WHAT YOU NEED TO DO »
Look below for the line containing "# Sketch3 → Boss-Extrude3 (add)" and the line containing "Polygon((3.25, 14), (1.5, 14), (1.5, 10), align=None)"; repeat exactly those two lines and all lines between them, and nothing else.
==*==
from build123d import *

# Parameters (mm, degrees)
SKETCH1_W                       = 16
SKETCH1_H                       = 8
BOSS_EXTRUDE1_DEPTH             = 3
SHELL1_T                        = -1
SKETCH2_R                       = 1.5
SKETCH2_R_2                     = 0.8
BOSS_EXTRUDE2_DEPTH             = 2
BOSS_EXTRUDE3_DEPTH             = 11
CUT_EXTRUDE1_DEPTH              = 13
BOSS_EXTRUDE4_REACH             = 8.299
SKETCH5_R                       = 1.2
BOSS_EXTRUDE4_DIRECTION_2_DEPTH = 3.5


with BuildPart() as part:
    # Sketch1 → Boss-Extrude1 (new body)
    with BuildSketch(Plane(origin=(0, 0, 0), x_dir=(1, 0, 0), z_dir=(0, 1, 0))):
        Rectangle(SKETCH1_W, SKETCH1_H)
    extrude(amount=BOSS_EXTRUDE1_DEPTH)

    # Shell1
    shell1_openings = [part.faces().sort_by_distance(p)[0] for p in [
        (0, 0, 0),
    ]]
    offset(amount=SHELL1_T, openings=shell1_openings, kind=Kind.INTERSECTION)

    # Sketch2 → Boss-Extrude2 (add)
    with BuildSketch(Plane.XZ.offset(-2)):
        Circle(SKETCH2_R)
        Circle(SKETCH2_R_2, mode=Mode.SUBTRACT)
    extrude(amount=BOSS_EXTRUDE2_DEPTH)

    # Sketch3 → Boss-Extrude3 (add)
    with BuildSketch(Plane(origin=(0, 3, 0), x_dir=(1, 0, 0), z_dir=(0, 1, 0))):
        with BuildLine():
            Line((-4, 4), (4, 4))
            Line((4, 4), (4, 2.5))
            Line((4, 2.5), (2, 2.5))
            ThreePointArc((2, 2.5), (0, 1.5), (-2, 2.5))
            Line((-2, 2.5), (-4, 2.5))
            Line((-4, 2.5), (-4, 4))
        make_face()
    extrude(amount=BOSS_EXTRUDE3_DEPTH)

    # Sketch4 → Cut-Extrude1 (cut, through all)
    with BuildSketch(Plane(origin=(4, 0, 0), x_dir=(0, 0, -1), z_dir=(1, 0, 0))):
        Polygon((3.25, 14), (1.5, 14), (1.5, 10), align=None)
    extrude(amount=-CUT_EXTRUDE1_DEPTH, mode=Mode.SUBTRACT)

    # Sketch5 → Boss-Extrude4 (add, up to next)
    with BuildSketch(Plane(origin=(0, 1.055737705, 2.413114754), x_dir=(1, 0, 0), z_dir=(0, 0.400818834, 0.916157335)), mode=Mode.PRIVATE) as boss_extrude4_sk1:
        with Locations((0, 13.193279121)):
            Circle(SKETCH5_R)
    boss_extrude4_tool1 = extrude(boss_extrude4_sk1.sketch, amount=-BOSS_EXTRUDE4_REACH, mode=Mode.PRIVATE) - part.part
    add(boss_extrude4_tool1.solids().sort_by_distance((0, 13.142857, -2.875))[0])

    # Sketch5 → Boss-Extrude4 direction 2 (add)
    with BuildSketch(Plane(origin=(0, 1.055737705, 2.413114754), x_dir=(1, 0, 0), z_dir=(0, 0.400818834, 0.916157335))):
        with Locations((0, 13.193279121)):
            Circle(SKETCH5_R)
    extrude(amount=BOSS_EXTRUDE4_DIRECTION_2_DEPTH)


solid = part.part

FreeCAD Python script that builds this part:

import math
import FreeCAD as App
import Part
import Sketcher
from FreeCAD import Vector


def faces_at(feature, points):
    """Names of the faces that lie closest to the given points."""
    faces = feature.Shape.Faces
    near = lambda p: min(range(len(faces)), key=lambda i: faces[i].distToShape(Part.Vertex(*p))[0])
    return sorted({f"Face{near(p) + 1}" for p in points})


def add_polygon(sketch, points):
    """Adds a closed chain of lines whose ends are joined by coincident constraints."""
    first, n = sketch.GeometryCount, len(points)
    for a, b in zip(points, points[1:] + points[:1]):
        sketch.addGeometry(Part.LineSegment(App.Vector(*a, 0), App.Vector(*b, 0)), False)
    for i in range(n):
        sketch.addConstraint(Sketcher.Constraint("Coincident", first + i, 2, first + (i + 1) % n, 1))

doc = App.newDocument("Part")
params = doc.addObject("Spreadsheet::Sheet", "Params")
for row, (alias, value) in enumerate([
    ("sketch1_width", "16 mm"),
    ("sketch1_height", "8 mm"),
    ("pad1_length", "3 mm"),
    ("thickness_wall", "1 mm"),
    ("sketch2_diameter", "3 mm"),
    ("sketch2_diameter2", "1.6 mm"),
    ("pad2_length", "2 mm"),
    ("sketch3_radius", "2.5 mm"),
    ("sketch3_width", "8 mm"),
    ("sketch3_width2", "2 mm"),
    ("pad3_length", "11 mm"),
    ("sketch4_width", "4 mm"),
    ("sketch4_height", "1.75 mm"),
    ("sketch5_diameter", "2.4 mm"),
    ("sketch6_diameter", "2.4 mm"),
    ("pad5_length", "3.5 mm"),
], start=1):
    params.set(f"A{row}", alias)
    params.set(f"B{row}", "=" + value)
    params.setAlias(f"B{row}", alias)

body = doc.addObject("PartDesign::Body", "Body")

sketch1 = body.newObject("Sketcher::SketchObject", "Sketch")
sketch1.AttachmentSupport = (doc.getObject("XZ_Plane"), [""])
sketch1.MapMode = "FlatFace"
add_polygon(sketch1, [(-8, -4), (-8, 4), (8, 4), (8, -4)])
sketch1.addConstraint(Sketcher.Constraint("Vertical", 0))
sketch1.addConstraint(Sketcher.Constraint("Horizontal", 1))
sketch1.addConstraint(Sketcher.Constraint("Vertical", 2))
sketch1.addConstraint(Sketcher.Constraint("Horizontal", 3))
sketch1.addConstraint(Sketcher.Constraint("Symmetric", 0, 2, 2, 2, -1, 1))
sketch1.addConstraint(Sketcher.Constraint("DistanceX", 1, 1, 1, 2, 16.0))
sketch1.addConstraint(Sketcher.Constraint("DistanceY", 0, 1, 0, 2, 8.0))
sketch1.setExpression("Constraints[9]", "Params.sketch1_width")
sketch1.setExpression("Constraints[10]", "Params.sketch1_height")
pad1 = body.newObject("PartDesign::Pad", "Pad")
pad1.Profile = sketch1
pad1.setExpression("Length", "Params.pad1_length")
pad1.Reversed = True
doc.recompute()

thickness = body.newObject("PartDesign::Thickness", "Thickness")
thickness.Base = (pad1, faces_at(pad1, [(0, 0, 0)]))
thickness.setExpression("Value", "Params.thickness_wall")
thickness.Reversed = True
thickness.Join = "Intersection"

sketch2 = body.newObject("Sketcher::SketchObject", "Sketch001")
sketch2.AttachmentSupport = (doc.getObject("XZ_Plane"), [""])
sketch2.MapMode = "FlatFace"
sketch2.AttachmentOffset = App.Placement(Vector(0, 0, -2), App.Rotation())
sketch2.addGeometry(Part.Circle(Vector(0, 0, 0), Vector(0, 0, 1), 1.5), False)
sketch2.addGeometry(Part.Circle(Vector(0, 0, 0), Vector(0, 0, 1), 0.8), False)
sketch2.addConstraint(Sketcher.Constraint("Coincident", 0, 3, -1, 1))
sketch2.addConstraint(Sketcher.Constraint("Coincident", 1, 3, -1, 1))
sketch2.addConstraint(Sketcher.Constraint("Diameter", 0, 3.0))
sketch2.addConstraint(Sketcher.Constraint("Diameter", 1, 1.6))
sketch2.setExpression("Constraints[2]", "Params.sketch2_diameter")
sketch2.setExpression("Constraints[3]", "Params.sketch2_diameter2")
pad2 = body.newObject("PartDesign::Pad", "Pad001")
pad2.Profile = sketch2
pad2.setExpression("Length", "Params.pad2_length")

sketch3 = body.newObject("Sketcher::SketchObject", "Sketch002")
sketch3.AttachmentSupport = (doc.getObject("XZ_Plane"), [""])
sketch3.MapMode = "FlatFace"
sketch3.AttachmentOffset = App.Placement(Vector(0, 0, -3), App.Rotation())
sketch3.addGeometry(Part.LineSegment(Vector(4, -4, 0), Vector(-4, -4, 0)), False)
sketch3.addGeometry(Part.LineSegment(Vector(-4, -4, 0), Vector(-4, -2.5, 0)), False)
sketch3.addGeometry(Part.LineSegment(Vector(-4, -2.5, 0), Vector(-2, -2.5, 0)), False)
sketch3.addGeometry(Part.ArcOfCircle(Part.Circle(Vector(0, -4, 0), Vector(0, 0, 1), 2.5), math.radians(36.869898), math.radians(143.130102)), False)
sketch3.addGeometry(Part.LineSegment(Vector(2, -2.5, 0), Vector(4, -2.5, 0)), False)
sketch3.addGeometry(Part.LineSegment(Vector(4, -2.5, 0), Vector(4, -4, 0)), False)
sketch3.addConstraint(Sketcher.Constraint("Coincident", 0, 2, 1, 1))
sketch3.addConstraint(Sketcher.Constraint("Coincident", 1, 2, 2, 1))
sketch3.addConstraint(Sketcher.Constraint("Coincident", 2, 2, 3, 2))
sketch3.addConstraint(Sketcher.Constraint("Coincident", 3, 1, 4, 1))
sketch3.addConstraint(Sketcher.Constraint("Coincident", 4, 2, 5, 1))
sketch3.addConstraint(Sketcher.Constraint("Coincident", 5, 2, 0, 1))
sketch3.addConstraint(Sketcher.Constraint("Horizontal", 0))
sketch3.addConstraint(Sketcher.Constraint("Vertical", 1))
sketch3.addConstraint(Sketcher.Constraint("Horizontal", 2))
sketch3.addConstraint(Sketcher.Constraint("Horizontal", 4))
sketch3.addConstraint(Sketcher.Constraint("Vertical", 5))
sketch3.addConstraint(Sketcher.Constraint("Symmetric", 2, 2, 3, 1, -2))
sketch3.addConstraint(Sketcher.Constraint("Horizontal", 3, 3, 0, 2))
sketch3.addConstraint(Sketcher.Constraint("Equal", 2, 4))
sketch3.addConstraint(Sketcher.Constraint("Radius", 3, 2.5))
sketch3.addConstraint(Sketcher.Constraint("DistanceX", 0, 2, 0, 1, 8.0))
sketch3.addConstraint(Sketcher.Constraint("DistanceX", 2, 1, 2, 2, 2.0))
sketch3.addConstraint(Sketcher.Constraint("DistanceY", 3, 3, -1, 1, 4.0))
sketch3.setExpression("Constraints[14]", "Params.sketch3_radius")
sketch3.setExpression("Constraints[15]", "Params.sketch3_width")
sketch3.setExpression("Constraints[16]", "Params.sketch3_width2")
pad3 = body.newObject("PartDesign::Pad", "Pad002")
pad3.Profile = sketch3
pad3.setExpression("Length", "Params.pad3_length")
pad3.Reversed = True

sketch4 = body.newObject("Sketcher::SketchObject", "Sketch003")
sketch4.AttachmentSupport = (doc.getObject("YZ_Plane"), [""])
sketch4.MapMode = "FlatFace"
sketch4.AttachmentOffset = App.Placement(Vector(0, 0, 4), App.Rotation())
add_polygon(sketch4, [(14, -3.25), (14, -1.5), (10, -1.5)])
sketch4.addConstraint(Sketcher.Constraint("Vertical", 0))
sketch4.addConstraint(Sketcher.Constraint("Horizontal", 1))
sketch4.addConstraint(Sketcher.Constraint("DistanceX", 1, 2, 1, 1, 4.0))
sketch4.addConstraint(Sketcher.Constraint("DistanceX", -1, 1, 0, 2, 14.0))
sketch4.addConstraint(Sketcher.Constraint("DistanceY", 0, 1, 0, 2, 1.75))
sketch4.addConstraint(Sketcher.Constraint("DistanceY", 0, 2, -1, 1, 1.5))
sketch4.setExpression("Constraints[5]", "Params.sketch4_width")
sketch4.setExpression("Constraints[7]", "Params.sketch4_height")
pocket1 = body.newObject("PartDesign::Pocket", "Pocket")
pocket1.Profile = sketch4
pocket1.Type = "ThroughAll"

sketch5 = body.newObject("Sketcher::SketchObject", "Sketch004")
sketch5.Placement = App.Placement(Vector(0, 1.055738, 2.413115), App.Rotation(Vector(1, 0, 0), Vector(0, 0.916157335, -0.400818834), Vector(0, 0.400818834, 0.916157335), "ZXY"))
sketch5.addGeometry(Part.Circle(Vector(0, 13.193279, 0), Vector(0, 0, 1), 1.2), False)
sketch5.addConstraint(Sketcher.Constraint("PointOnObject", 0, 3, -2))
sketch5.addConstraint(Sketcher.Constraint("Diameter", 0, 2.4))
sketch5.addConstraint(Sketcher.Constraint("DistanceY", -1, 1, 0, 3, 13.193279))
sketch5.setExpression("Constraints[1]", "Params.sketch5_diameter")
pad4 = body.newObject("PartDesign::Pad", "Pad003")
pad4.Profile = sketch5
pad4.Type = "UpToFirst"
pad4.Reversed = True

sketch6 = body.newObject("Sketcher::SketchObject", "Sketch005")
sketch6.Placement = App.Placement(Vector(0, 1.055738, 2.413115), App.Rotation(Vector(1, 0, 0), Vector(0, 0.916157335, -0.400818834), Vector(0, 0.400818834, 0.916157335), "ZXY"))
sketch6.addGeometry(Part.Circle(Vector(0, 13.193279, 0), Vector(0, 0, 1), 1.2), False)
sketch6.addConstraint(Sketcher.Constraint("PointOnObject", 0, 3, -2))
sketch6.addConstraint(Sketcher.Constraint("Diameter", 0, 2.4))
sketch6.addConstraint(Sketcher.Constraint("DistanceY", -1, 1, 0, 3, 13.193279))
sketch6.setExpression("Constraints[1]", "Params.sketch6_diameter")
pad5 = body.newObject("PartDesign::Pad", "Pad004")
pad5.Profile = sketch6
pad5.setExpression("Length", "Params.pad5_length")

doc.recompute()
==*==
EXERCISE RESPONSE »
    # Sketch3 → Boss-Extrude3 (add)
    with BuildSketch(Plane(origin=(0, 3, 0), x_dir=(1, 0, 0), z_dir=(0, 1, 0))):
        with BuildLine():
            Line((-4, 4), (4, 4))
            Line((4, 4), (4, 2.5))
            Line((4, 2.5), (2, 2.5))
            ThreePointArc((2, 2.5), (0, 1.5), (-2, 2.5))
            Line((-2, 2.5), (-4, 2.5))
            Line((-4, 2.5), (-4, 4))
        make_face()
    extrude(amount=BOSS_EXTRUDE3_DEPTH)

    # Sketch4 → Cut-Extrude1 (cut, through all)
    with BuildSketch(Plane(origin=(4, 0, 0), x_dir=(0, 0, -1), z_dir=(1, 0, 0))):
        Polygon((3.25, 14), (1.5, 14), (1.5, 10), align=None)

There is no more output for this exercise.